Chancellor George Osborne announced the five-year appointment in parliament today, speaking nine days before he delivers what is expected to be a gloomy Autumn Statement on the state of the economy. Osborne described Carney as 'an outstanding banker of his generation'.
'I look forward to working with Mark as we continue to rebalance our economy, deal with our debts, and equip Britain to succeed in the global race. We needed the best – and in Mark Carney we’ve got it,' Osborne added.
City economists cautiously welcomed the appointment, pointing to Carney's strong record and good reputation at the head of the Bank of Canada. They added however that it was unclear whether his appointment would alter the Bank of England's policy leaning. 'Carney is generally seen as pragmatic and astute economist, rather than one with a predilection for one particular school of economic ideas,' noted JP Morgan economist Malcolm Barr.
Rob Carnell of ING Bank said other factors would influence the central bank's choice of policies: 'The funding-for-lending scheme remains the major policy initiative right now, and its success or otherwise will likely determine whether the Asset Purchase Scheme is dusted down once more, or passed over.'
King’s tough tenure
Mervyn King became governor of the Bank in 2003, first presiding over a period known as the ‘great stability’ and then the credit crisis and financial crash that began in 2007.
King, alongside his former counterpart at the US Fed, Alan Greenspan, have been retrospectively criticised for their low interest rate policies of that time, which may have encouraged excessive lending and borrowing.

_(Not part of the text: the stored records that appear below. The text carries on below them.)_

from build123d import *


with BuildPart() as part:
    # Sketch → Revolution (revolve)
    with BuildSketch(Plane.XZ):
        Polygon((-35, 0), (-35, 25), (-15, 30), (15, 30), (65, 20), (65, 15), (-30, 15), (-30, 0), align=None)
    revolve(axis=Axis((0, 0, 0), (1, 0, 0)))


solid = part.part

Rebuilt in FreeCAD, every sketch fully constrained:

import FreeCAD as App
import Part
import Sketcher
from FreeCAD import Vector
Q = App.Units.Quantity


def add_polygon(sketch, points):
    """Adds a closed chain of lines whose ends are joined by coincident constraints."""
    first, n = sketch.GeometryCount, len(points)
    for a, b in zip(points, points[1:] + points[:1]):
        sketch.addGeometry(Part.LineSegment(App.Vector(*a, 0), App.Vector(*b, 0)), False)
    for i in range(n):
        sketch.addConstraint(Sketcher.Constraint("Coincident", first + i, 2, first + (i + 1) % n, 1))

doc = App.newDocument("Part")
params = doc.addObject("Spreadsheet::Sheet", "Params")
for row, (alias, value) in enumerate([
    ("sketch1_width", "5 mm"),
    ("sketch1_width2", "95 mm"),
    ("sketch1_width3", "30 mm"),
    ("sketch1_height", "25 mm"),
    ("sketch1_height2", "15 mm"),
    ("revolution_angle", "360 deg"),
], start=1):
    params.set(f"A{row}", alias)
    params.set(f"B{row}", "=" + value)
    params.setAlias(f"B{row}", alias)

body = doc.addObject("PartDesign::Body", "Body")

# Sketch on XZ plane
sketch1 = body.newObject("Sketcher::SketchObject", "Sketch")
sketch1.AttachmentSupport = (doc.getObject("XZ_Plane"), [""])
sketch1.MapMode = "FlatFace"
add_polygon(sketch1, [(-35, 25), (-35, 0), (-30, 0), (-30, 15), (65, 15), (65, 20), (15, 30), (-15, 30)])  # lines 0-7
sketch1.addConstraint(Sketcher.Constraint("Vertical", 0))
sketch1.addConstraint(Sketcher.Constraint("Horizontal", 1))
sketch1.addConstraint(Sketcher.Constraint("Vertical", 2))
sketch1.addConstraint(Sketcher.Constraint("Horizontal", 3))
sketch1.addConstraint(Sketcher.Constraint("Vertical", 4))
sketch1.addConstraint(Sketcher.Constraint("Horizontal", 6))
sketch1.addConstraint(Sketcher.Constraint("PointOnObject", 0, 2, -1))
sketch1.addConstraint(Sketcher.Constraint("Equal", 1, 4))
sketch1.addConstraint(Sketcher.Constraint("DistanceX", 1, 1, 1, 2, Q("5 mm")))
sketch1.addConstraint(Sketcher.Constraint("DistanceX", 3, 1, 3, 2, Q("95 mm")))
sketch1.addConstraint(Sketcher.Constraint("DistanceX", 6, 2, 6, 1, Q("30 mm")))
sketch1.addConstraint(Sketcher.Constraint("DistanceY", 0, 2, 0, 1, Q("25 mm")))
sketch1.addConstraint(Sketcher.Constraint("DistanceY", 2, 1, 2, 2, Q("15 mm")))
sketch1.addConstraint(Sketcher.Constraint("DistanceX", 0, 2, -1, 1, Q("35 mm")))
sketch1.addConstraint(Sketcher.Constraint("DistanceX", -1, 1, 5, 2, Q("15 mm")))
sketch1.addConstraint(Sketcher.Constraint("DistanceY", -1, 1, 5, 2, Q("30 mm")))
sketch1.setExpression("Constraints[16]", "Params.sketch1_width")
sketch1.setExpression("Constraints[17]", "Params.sketch1_width2")
sketch1.setExpression("Constraints[18]", "Params.sketch1_width3")
sketch1.setExpression("Constraints[19]", "Params.sketch1_height")
sketch1.setExpression("Constraints[20]", "Params.sketch1_height2")
revolution = body.newObject("PartDesign::Revolution", "Revolution")
revolution.Profile = sketch1
revolution.ReferenceAxis = (sketch1, ["H_Axis"])
revolution.setExpression("Angle", "Params.revolution_angle")

doc.recompute()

Since then, under King’s leadership interest rates have been kept at record lows, while the Bank of England has embarked on a huge asset purchase programme, spending £375 billion on quantitative easing to boost the economy. This programme has however proven controversial, with doubts about its benefits for the real economy. Meanwhile, inflation, as measured by the consumer prices index (CPI) targeted by the Bank of England, has averaged 3.2% over the past five years – above the target of 2%.
Many economists have questioned whether the Bank should slavishly stick to its inflation target. King himself used a speech last month to conclude that it was too soon to ditch the target, but that more leeway is needed to let the inflation rate drift away from 2.0% in order to take action to avert financial crises. ‘There may be circumstances in which it is justified to aim off the inflation target for a while’, the governor said.
'Upheaval' at the Bank
Osborne announced that Charlie Bean, one of two deputies at the Bank of England, had agreed to stay on for another year. But Tucker, the other deputy who was thought a dead-cert for the governor post, was not mentioned.
'Today’s appointment could well usher in a period of significant upheaval at the Bank of England,' commented Investec economist Philip Shaw.
Tucker, who has 32 years of experience at the Bank of England, may have lost out on the top job after being hauled in front of a committee of MPs this summer. He was accused of pressuring Barclays to manipulate its Libor submissions, claims that he strenuously denied.